* _Task brief_: Set down exactly the entries below, beginning at their first line and ending at the line with "f 504 112 157".

[Dataset items]
────────────────

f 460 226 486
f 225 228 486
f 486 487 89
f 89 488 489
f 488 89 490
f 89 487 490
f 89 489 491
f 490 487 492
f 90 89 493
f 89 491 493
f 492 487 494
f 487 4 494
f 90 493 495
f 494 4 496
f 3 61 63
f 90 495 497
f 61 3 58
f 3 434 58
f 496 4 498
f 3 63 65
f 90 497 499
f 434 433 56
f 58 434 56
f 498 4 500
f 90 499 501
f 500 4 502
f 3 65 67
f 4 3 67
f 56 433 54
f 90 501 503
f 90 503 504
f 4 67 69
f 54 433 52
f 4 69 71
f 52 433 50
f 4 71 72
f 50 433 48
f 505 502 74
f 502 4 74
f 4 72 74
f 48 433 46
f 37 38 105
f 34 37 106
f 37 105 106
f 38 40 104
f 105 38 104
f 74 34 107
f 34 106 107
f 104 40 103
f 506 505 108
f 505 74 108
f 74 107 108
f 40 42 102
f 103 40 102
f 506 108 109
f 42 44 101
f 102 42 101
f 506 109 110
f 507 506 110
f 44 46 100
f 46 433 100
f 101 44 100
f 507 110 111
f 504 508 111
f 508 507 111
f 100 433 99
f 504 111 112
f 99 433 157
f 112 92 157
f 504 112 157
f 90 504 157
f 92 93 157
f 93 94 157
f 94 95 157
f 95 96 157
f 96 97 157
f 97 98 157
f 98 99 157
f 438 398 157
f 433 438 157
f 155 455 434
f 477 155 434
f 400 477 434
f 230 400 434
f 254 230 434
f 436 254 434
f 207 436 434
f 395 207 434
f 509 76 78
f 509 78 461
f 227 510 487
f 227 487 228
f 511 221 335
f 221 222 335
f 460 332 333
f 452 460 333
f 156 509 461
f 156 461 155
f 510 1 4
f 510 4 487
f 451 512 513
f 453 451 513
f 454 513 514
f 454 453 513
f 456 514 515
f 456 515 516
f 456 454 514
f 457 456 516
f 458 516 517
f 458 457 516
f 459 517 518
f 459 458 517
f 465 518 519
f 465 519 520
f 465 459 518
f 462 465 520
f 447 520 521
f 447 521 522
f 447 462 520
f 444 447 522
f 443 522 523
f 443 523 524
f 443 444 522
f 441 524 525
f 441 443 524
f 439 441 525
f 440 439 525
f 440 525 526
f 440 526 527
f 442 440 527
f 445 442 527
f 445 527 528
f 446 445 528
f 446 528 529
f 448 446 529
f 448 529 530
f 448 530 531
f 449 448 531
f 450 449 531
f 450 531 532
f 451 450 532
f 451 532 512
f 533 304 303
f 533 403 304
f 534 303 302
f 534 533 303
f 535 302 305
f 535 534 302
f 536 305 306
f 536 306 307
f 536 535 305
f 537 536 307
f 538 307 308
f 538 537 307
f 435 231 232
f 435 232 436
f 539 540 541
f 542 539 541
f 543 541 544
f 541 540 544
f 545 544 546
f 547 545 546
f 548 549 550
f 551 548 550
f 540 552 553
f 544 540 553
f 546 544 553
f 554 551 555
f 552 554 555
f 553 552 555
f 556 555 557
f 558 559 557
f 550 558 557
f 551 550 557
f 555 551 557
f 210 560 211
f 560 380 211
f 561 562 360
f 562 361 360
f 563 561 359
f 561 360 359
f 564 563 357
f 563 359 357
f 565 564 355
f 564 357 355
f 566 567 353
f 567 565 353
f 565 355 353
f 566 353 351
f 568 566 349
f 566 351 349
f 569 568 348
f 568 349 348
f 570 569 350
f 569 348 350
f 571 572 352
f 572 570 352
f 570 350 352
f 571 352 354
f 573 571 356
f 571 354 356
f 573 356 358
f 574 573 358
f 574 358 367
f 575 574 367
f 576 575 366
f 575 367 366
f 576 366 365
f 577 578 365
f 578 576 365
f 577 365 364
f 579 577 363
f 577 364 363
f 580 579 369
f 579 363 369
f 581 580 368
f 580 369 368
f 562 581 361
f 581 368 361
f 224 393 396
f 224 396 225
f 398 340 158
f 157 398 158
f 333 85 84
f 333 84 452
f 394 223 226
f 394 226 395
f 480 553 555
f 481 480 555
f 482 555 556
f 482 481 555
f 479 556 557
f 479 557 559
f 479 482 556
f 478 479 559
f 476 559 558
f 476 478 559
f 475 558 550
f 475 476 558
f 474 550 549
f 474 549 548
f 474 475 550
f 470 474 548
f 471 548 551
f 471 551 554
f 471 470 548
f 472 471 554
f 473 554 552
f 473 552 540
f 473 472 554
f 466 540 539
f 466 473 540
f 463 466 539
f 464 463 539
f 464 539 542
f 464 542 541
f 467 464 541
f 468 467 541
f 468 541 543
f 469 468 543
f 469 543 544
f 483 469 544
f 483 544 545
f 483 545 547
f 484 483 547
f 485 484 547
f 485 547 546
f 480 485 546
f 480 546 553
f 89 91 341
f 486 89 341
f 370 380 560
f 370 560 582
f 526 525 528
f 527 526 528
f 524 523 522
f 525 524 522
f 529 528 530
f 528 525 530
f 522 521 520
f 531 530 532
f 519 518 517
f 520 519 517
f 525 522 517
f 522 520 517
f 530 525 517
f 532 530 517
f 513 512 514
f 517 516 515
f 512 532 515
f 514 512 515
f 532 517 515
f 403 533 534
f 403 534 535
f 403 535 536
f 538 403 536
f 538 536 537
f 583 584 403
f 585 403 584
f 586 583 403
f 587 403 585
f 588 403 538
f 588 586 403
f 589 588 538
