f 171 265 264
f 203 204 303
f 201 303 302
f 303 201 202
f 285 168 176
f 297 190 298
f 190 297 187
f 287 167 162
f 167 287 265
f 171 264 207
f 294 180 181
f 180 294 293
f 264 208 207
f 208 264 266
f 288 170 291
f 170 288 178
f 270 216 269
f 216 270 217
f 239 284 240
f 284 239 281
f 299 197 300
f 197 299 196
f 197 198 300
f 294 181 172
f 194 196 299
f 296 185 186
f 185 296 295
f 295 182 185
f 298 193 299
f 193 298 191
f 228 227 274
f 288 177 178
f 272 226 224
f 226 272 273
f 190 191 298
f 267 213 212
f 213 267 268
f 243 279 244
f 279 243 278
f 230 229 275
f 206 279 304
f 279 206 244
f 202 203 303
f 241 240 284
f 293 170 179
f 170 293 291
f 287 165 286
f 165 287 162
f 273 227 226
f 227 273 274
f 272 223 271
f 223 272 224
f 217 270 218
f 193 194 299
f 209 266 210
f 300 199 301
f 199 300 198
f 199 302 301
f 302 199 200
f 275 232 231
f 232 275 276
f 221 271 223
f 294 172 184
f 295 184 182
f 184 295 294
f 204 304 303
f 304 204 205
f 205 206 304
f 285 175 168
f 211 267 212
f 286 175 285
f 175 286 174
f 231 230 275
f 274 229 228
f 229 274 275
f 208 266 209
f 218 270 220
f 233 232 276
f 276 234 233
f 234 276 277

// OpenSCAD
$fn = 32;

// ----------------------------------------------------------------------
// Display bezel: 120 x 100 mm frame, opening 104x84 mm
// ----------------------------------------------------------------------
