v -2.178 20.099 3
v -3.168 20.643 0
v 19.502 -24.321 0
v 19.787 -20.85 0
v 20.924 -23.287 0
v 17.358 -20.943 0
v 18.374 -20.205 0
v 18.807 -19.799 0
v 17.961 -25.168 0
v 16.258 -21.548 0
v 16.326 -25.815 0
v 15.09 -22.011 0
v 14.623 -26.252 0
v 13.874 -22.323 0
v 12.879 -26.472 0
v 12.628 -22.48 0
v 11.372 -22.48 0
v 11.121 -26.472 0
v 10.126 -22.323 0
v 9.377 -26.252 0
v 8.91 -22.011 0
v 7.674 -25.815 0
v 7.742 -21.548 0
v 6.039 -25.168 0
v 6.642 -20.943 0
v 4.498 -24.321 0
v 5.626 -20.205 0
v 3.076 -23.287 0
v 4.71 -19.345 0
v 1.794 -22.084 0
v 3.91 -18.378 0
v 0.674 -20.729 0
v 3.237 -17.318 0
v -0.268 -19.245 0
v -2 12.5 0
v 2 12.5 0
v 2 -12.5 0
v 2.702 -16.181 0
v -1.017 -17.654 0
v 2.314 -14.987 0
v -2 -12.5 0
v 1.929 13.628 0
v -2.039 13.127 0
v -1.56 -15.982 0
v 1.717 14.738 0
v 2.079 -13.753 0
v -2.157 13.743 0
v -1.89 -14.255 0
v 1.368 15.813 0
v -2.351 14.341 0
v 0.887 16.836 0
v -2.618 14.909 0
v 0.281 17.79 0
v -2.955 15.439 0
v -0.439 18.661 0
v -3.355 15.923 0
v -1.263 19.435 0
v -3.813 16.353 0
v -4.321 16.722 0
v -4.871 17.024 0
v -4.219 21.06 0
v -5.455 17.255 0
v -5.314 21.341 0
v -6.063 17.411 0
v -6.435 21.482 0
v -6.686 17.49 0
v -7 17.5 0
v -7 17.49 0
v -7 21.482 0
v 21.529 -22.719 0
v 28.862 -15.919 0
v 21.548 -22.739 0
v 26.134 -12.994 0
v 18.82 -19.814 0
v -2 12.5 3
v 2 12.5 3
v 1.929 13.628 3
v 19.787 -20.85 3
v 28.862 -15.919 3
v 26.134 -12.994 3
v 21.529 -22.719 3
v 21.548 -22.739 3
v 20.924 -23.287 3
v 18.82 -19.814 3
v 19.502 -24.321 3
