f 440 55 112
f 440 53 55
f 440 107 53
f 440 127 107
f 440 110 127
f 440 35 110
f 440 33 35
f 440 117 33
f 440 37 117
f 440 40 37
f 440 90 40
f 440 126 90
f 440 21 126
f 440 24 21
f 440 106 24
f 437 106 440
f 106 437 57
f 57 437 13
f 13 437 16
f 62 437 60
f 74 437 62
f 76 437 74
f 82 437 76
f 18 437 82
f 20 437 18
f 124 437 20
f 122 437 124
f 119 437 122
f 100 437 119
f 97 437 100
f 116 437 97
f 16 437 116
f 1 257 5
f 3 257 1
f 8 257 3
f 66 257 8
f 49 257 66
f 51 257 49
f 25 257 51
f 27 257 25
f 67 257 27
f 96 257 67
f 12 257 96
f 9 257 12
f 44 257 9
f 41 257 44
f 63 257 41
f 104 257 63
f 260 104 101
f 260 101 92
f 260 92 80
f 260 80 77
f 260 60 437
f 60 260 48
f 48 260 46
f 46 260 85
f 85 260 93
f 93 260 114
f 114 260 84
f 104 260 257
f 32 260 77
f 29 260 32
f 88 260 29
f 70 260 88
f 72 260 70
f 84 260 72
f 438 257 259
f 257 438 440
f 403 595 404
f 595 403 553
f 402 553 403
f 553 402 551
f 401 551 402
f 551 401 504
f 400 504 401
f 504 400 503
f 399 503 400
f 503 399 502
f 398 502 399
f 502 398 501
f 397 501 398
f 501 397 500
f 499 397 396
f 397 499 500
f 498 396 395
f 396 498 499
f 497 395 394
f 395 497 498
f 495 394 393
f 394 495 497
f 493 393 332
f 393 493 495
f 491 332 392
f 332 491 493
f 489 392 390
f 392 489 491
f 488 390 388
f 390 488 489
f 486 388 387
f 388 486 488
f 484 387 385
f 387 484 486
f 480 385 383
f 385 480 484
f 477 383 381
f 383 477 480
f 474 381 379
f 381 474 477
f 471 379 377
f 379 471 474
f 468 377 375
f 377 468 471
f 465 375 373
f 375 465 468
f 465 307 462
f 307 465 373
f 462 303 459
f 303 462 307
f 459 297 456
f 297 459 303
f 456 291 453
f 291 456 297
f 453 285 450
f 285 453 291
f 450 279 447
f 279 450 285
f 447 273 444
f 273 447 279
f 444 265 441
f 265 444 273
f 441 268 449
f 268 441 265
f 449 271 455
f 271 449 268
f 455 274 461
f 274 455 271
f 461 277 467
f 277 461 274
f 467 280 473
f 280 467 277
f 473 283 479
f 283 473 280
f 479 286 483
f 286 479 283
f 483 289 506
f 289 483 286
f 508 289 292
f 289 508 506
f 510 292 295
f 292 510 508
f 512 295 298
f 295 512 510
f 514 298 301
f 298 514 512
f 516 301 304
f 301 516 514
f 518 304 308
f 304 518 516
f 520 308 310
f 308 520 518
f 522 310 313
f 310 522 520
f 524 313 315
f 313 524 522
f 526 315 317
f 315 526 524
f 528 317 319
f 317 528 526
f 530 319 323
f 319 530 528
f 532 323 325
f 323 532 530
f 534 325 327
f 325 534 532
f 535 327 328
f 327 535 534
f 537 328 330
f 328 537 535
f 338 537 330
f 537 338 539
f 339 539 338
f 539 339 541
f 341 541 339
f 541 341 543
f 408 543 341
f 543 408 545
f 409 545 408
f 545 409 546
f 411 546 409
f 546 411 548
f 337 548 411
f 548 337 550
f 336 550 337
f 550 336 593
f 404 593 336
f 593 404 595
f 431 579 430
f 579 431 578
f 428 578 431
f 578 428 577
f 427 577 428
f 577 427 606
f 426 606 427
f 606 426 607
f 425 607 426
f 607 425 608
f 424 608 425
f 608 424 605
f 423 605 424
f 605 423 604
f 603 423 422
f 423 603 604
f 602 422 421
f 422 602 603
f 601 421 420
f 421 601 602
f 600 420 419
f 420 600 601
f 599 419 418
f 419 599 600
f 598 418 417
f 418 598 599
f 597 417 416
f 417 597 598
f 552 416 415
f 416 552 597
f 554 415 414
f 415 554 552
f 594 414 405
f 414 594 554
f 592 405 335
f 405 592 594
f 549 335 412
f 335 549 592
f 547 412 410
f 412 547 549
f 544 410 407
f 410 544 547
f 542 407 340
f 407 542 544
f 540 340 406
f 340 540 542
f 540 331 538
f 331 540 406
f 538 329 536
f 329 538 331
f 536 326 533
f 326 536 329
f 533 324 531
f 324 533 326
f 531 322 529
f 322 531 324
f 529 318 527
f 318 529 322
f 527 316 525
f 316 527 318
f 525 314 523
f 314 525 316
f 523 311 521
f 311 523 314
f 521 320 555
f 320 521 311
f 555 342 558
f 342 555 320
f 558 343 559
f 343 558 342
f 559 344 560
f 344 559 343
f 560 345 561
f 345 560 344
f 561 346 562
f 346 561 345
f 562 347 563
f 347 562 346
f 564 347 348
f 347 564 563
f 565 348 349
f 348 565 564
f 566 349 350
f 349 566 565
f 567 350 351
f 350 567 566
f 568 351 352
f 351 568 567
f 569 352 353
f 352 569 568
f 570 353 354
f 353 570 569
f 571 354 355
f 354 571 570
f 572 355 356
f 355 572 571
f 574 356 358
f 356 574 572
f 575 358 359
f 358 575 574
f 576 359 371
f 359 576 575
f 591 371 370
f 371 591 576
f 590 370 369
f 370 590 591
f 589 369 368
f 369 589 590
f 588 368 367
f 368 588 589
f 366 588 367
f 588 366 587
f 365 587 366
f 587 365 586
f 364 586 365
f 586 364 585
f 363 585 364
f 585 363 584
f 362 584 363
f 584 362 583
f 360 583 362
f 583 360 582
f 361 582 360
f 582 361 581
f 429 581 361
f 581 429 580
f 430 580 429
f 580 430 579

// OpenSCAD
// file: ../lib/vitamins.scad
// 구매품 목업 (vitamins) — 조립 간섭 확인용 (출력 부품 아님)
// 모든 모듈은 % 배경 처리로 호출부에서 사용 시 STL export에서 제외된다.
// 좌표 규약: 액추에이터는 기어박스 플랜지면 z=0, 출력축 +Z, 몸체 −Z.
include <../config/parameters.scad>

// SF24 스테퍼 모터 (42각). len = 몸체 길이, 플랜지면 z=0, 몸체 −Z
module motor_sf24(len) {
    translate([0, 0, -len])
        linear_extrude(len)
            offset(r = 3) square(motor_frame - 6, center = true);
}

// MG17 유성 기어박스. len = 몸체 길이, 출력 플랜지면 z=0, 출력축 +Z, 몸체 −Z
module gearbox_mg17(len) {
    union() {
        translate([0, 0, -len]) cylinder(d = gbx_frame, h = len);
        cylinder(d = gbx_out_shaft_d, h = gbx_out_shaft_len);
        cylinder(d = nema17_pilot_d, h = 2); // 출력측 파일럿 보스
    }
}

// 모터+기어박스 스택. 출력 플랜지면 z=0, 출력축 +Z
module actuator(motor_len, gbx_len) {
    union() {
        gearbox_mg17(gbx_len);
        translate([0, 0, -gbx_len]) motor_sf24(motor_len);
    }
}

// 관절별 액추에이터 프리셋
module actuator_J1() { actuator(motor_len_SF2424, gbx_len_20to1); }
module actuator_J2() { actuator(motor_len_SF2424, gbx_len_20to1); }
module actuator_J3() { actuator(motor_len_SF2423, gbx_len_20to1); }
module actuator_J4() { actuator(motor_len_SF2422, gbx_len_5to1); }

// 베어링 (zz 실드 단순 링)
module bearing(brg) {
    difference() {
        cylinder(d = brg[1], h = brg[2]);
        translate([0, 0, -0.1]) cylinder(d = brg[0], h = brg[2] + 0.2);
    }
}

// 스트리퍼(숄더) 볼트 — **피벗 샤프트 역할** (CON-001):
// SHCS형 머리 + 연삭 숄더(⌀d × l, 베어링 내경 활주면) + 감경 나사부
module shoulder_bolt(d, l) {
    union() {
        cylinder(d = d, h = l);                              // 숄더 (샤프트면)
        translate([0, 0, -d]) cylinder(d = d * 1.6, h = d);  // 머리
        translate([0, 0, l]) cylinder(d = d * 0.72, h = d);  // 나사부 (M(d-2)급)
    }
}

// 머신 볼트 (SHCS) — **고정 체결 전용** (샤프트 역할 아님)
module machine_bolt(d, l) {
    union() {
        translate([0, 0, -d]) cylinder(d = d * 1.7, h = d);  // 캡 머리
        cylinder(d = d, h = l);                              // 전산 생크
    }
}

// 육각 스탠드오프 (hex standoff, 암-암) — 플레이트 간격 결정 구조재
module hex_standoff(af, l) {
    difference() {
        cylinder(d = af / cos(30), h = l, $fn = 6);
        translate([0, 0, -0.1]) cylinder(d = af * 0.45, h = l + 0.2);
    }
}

────────────────

* _Answer space_:
f 460 226 486
f 225 228 486
f 486 487 89
f 89 488 489
f 488 89 490
f 89 487 490
f 89 489 491
f 490 487 492
f 90 89 493
f 89 491 493
f 492 487 494
f 487 4 494
f 90 493 495
f 494 4 496
f 3 61 63
f 90 495 497
f 61 3 58
f 3 434 58
f 496 4 498
f 3 63 65
f 90 497 499
f 434 433 56
f 58 434 56
f 498 4 500
f 90 499 501
f 500 4 502
f 3 65 67
f 4 3 67
f 56 433 54
f 90 501 503
f 90 503 504
f 4 67 69
f 54 433 52
f 4 69 71
f 52 433 50
f 4 71 72
f 50 433 48
f 505 502 74
f 502 4 74
f 4 72 74
f 48 433 46
f 37 38 105
f 34 37 106
f 37 105 106
f 38 40 104
f 105 38 104
f 74 34 107
f 34 106 107
f 104 40 103
f 506 505 108
f 505 74 108
f 74 107 108
f 40 42 102
f 103 40 102
f 506 108 109
f 42 44 101
f 102 42 101
f 506 109 110
f 507 506 110
f 44 46 100
f 46 433 100
f 101 44 100
f 507 110 111
f 504 508 111
f 508 507 111
f 100 433 99
f 504 111 112
f 99 433 157
f 112 92 157
f 504 112 157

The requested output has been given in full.